### Assigned task
Word for word, retype the first line of the records and every following line through the one containing "v 2.6736 1.7 -2.0537".

Start of Data for review

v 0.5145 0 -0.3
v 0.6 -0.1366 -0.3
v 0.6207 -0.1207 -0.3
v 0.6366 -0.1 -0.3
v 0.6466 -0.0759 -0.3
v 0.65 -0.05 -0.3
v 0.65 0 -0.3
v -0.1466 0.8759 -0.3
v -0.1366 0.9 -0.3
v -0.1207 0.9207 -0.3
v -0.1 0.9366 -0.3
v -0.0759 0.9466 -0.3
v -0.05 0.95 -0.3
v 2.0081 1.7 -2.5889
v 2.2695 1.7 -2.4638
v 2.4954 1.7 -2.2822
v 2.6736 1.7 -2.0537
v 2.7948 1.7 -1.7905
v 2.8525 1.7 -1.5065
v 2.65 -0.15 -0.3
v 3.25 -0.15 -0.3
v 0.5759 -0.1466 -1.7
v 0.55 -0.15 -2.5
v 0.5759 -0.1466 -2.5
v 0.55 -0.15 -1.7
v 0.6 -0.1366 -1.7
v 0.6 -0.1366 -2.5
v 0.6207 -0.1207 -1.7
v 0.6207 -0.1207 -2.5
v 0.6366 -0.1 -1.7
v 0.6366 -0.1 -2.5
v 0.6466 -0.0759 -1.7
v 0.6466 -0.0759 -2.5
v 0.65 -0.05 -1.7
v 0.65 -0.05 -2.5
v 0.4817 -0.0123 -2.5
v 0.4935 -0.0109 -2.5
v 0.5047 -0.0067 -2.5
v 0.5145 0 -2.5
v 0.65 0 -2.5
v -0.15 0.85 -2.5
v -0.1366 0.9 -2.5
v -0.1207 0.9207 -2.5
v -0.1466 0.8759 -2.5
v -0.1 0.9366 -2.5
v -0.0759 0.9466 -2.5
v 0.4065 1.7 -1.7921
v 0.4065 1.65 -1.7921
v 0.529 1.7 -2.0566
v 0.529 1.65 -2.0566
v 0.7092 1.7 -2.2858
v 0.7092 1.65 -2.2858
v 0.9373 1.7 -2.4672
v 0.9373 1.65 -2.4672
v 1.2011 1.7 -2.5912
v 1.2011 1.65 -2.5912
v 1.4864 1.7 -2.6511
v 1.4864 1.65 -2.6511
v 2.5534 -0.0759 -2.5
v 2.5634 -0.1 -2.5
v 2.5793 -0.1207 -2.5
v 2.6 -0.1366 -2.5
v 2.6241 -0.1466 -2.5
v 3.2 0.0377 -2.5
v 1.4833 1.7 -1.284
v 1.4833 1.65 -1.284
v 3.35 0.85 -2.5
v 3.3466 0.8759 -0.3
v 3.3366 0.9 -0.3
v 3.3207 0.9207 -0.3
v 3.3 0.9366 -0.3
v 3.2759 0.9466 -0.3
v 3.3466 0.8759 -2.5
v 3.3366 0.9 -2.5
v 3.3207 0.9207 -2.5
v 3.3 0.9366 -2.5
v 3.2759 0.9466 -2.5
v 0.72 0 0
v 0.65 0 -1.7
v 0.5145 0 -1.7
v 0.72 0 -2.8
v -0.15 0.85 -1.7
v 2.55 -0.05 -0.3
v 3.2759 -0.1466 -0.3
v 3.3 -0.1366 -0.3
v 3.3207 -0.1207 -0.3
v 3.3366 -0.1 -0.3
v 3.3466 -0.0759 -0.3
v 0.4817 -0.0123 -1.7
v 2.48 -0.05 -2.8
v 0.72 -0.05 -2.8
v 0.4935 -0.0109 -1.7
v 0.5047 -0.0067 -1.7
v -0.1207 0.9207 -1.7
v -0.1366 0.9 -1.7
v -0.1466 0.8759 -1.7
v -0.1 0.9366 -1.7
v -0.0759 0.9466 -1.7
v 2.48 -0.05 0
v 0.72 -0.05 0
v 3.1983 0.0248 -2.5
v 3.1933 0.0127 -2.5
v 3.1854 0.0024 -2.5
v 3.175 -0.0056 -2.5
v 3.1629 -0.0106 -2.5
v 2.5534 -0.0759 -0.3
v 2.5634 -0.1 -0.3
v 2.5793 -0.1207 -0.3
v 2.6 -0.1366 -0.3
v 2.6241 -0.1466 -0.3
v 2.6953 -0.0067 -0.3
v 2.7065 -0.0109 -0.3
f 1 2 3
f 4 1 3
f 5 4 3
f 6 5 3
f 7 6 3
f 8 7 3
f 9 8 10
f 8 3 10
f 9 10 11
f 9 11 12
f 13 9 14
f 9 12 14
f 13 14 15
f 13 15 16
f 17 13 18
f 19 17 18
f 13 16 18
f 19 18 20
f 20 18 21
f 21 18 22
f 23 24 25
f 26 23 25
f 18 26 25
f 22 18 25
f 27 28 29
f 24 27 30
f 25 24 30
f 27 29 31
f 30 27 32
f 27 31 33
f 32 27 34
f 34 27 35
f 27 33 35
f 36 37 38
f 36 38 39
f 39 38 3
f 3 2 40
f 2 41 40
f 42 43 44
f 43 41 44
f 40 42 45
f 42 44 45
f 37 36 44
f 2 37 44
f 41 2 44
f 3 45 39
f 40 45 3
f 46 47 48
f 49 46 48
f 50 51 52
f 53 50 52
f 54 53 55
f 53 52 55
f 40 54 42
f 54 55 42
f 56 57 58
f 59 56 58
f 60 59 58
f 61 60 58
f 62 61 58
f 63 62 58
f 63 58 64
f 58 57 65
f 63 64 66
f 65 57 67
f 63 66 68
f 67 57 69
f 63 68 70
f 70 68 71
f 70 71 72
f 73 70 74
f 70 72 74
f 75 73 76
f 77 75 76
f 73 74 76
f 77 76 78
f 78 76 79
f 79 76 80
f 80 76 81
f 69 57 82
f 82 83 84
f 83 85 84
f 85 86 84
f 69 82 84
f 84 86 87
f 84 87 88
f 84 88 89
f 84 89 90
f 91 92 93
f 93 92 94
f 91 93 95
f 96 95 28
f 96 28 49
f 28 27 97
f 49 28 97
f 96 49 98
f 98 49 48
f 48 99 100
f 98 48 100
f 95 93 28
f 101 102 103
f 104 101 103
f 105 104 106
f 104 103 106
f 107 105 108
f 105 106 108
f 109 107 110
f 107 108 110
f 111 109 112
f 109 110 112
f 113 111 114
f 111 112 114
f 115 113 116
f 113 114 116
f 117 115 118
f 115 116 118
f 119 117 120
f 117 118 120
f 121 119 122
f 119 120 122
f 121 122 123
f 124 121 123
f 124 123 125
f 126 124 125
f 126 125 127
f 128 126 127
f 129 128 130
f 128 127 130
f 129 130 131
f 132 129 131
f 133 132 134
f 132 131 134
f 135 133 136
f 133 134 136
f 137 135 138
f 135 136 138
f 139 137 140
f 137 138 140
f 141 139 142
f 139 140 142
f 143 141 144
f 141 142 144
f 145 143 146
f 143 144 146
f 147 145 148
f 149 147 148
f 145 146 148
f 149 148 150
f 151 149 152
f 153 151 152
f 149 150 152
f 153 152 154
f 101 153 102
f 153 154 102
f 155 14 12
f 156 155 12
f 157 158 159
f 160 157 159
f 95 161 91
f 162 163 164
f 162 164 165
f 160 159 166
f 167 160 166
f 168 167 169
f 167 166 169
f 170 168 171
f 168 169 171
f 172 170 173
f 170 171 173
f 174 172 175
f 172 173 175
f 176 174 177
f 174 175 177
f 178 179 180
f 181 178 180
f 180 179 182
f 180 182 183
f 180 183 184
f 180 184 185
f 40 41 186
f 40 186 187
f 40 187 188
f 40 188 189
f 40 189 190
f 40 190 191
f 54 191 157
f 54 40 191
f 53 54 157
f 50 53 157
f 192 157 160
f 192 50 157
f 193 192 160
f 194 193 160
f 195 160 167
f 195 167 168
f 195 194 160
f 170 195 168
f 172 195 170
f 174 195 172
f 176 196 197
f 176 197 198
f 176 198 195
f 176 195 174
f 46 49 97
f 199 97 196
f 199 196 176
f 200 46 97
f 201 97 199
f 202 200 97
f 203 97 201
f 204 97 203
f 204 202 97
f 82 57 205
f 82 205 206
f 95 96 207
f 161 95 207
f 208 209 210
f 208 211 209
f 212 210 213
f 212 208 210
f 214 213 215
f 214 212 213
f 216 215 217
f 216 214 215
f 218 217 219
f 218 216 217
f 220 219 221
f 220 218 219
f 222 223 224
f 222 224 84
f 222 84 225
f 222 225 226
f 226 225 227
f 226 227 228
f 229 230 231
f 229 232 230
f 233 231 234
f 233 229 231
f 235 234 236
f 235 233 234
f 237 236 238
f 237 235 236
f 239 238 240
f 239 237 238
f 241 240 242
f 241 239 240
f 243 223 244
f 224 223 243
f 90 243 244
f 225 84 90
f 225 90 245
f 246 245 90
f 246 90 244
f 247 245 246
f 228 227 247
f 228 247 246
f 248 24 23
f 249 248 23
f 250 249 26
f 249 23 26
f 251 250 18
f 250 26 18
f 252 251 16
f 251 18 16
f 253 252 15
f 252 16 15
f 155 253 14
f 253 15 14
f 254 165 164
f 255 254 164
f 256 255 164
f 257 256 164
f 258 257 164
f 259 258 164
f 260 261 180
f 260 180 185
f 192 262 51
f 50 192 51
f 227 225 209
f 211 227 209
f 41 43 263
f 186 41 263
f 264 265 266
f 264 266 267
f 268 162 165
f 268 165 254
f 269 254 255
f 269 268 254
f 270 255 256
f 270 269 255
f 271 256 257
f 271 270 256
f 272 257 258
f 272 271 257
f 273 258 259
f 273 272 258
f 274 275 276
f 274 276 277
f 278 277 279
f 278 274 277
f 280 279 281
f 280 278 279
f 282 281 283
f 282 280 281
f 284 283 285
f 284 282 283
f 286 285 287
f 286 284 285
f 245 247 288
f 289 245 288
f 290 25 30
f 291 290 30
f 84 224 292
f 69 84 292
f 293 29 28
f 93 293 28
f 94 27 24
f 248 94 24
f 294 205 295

End of Data for review

### Answer to this problem
v 0.5145 0 -0.3
v 0.6 -0.1366 -0.3
v 0.6207 -0.1207 -0.3
v 0.6366 -0.1 -0.3
v 0.6466 -0.0759 -0.3
v 0.65 -0.05 -0.3
v 0.65 0 -0.3
v -0.1466 0.8759 -0.3
v -0.1366 0.9 -0.3
v -0.1207 0.9207 -0.3
v -0.1 0.9366 -0.3
v -0.0759 0.9466 -0.3
v -0.05 0.95 -0.3
v 2.0081 1.7 -2.5889
v 2.2695 1.7 -2.4638
v 2.4954 1.7 -2.2822
v 2.6736 1.7 -2.0537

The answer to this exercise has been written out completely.